Assignment: Pull out of the data below the stretch of lines bounded by the one containing "#369=CYLINDRICAL_SURFACE('',#368,0.25);" and the one containing "F_6_CLEARANCE_HOLE1_D = 3.7973", both bounds included, unchanged.

* * * *

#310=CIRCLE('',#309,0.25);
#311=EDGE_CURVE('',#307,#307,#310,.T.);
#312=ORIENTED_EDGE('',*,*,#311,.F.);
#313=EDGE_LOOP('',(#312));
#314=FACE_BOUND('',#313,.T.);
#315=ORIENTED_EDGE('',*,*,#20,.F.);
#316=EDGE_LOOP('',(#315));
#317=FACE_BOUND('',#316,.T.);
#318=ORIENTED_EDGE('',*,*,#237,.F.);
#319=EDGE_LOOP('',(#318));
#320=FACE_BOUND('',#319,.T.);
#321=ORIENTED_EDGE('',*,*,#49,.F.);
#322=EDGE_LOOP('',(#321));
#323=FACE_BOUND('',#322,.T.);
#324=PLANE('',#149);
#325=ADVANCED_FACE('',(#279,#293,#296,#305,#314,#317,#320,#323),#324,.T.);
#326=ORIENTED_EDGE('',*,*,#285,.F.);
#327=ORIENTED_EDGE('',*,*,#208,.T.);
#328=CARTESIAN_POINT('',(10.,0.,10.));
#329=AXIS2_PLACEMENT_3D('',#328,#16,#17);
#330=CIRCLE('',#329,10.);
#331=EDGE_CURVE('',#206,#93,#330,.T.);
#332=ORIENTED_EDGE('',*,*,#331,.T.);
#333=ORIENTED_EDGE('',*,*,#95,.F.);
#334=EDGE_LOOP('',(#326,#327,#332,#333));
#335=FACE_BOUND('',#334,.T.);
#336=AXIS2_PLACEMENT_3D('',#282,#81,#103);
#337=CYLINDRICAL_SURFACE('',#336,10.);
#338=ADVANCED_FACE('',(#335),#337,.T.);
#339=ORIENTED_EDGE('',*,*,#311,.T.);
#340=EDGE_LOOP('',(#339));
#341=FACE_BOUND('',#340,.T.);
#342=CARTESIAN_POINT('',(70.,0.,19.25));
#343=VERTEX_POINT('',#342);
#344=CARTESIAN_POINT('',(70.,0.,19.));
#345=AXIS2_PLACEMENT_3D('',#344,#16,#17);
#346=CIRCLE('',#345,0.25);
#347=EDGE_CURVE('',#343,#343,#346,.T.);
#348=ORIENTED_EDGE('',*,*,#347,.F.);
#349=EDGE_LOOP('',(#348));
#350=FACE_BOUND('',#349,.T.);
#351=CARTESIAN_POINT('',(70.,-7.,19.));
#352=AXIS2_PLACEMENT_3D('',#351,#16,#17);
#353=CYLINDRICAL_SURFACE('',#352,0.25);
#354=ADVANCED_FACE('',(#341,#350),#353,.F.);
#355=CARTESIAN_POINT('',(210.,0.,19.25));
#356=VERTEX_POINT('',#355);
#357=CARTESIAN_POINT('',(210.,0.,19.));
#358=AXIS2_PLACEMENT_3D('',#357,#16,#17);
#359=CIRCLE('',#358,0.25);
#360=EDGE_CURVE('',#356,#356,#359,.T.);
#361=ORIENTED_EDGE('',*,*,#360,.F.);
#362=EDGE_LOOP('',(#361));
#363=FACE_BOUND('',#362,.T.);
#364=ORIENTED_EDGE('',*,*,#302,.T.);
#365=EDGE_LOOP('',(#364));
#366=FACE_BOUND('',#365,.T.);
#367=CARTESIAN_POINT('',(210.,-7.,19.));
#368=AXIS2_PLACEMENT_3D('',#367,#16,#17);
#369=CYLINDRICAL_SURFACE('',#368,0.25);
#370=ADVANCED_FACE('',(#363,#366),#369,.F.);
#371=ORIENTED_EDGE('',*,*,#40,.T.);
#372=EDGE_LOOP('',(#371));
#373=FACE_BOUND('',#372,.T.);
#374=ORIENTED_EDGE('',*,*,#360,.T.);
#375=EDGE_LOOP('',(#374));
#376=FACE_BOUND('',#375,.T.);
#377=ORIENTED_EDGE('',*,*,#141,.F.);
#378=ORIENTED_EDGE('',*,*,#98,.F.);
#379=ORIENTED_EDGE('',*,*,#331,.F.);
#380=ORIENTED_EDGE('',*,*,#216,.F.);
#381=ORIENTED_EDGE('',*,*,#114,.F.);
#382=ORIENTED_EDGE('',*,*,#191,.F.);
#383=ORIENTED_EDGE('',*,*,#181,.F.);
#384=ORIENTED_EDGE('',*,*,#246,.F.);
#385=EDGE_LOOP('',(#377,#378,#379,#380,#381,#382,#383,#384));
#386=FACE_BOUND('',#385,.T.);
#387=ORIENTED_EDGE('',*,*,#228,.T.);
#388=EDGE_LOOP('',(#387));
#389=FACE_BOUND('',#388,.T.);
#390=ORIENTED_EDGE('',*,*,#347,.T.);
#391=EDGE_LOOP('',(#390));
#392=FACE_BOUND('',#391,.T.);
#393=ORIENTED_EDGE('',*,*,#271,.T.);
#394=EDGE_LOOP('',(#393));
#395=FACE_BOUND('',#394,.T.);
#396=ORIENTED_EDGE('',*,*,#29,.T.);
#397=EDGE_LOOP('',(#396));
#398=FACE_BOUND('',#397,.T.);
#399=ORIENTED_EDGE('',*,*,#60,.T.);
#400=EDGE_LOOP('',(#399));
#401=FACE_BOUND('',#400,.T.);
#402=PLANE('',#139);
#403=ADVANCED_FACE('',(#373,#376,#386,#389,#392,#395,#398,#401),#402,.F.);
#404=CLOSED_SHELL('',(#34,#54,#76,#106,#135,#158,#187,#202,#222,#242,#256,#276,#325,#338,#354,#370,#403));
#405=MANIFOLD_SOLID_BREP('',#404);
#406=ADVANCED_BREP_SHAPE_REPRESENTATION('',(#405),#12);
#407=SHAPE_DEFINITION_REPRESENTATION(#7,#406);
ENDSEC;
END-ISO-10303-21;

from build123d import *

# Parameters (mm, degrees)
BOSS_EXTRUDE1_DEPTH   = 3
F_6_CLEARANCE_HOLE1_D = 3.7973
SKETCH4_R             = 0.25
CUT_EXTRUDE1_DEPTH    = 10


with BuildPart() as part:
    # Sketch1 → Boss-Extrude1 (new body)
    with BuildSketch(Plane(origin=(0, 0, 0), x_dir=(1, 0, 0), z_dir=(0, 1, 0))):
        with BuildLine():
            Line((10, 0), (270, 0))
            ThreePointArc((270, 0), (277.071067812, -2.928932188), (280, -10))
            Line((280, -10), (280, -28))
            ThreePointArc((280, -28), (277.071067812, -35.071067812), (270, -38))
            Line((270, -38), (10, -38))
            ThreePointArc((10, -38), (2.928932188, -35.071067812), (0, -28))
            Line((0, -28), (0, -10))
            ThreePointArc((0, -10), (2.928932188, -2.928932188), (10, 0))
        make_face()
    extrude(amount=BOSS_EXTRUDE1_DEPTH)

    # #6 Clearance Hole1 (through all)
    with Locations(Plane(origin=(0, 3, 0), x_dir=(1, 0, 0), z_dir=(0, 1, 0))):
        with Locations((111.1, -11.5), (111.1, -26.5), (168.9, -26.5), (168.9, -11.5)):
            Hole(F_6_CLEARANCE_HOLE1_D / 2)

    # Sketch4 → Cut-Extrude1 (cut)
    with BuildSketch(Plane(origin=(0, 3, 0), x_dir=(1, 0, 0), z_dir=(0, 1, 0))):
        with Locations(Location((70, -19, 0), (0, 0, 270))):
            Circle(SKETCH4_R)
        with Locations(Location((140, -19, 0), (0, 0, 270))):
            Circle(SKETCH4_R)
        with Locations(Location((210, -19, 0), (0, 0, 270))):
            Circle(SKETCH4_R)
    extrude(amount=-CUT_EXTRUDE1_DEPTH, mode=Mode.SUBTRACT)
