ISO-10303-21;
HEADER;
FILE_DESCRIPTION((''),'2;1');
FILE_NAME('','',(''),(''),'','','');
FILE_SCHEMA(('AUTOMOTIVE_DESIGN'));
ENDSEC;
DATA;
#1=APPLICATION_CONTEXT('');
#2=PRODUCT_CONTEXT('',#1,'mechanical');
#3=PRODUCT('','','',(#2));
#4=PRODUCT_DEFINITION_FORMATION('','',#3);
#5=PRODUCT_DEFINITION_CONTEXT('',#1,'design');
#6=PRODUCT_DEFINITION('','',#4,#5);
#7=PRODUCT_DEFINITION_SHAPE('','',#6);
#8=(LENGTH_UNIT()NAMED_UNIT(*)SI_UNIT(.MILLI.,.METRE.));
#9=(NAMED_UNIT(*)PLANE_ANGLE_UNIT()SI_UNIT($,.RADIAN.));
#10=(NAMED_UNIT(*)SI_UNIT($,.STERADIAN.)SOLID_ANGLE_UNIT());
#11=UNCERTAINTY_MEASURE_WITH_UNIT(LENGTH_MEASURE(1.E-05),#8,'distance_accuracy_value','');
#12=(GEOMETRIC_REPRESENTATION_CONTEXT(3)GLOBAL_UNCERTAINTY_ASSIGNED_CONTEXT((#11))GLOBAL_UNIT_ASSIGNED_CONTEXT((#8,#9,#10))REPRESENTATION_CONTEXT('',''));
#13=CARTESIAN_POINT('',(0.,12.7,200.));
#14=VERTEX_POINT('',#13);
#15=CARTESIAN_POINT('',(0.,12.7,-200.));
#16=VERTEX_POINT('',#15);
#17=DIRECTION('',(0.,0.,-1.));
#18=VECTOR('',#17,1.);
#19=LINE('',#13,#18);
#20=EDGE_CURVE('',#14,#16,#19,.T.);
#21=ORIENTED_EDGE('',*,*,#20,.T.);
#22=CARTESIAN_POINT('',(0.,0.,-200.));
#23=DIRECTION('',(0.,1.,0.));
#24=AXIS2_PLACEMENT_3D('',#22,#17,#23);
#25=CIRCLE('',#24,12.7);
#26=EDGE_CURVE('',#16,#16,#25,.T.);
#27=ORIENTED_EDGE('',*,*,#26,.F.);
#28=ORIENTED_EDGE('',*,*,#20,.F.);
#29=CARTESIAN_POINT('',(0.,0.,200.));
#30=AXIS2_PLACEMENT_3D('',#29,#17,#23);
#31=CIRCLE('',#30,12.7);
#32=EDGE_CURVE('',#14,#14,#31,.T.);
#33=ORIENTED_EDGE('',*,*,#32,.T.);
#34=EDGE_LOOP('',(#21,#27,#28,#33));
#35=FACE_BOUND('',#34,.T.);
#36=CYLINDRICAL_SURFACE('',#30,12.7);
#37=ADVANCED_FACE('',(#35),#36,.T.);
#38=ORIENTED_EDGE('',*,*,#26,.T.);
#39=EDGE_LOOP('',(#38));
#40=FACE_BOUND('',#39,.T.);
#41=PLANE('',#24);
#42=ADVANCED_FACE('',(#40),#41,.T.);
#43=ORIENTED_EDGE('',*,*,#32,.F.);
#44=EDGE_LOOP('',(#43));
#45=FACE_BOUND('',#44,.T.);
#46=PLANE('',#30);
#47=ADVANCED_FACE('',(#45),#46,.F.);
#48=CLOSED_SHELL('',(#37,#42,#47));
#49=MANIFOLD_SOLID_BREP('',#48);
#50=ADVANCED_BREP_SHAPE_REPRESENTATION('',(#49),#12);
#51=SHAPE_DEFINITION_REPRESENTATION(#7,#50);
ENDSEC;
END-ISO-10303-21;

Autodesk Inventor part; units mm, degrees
ref_plane "YZ Plane" through (0, 0, 0) normal (1, 0, 0) x (0, 1, 0)
ref_plane "XZ Plane" through (0, 0, 0) normal (0, 1, 0) x (-1, 0, 0)
ref_plane "XY Plane" through (0, 0, 0) normal (0, 0, 1) x (1, 0, 0)
sketch "Sketch1" plane through (0, 0, 0) normal (1, 0, 0) x (0, 1, 0)
  line L0 (0, 200) -> (0, -200)
  line L1 (0, -185) -> (0, 185) construction
  line L2 (0, 200) -> (12.7, 200)
  line L3 (12.7, 200) -> (12.7, -200)
  line L4 (12.7, -200) -> (0, -200)
  point P0 (0, 0)
  dimension "d0" = 400
  dimension "d1" = 370
  dimension "d4" = 12.7
revolve "Revolution1" add sketch "Sketch1" angle 360 about axis through (0, 0, 200) along (0, 0, -1)
properties part number "Porsche_912_Main_CV_Shaft"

* * * *

Output for this task:
#369=CYLINDRICAL_SURFACE('',#368,0.25);
#370=ADVANCED_FACE('',(#363,#366),#369,.F.);
#371=ORIENTED_EDGE('',*,*,#40,.T.);
#372=EDGE_LOOP('',(#371));
#373=FACE_BOUND('',#372,.T.);
#374=ORIENTED_EDGE('',*,*,#360,.T.);
#375=EDGE_LOOP('',(#374));
#376=FACE_BOUND('',#375,.T.);
#377=ORIENTED_EDGE('',*,*,#141,.F.);
#378=ORIENTED_EDGE('',*,*,#98,.F.);
#379=ORIENTED_EDGE('',*,*,#331,.F.);
#380=ORIENTED_EDGE('',*,*,#216,.F.);
#381=ORIENTED_EDGE('',*,*,#114,.F.);
#382=ORIENTED_EDGE('',*,*,#191,.F.);
#383=ORIENTED_EDGE('',*,*,#181,.F.);
#384=ORIENTED_EDGE('',*,*,#246,.F.);
#385=EDGE_LOOP('',(#377,#378,#379,#380,#381,#382,#383,#384));
#386=FACE_BOUND('',#385,.T.);
#387=ORIENTED_EDGE('',*,*,#228,.T.);
#388=EDGE_LOOP('',(#387));
#389=FACE_BOUND('',#388,.T.);
#390=ORIENTED_EDGE('',*,*,#347,.T.);
#391=EDGE_LOOP('',(#390));
#392=FACE_BOUND('',#391,.T.);
#393=ORIENTED_EDGE('',*,*,#271,.T.);
#394=EDGE_LOOP('',(#393));
#395=FACE_BOUND('',#394,.T.);
#396=ORIENTED_EDGE('',*,*,#29,.T.);
#397=EDGE_LOOP('',(#396));
#398=FACE_BOUND('',#397,.T.);
#399=ORIENTED_EDGE('',*,*,#60,.T.);
#400=EDGE_LOOP('',(#399));
#401=FACE_BOUND('',#400,.T.);
#402=PLANE('',#139);
#403=ADVANCED_FACE('',(#373,#376,#386,#389,#392,#395,#398,#401),#402,.F.);
#404=CLOSED_SHELL('',(#34,#54,#76,#106,#135,#158,#187,#202,#222,#242,#256,#276,#325,#338,#354,#370,#403));
#405=MANIFOLD_SOLID_BREP('',#404);
#406=ADVANCED_BREP_SHAPE_REPRESENTATION('',(#405),#12);
#407=SHAPE_DEFINITION_REPRESENTATION(#7,#406);
ENDSEC;
END-ISO-10303-21;

from build123d import *

# Parameters (mm, degrees)
BOSS_EXTRUDE1_DEPTH   = 3
F_6_CLEARANCE_HOLE1_D = 3.7973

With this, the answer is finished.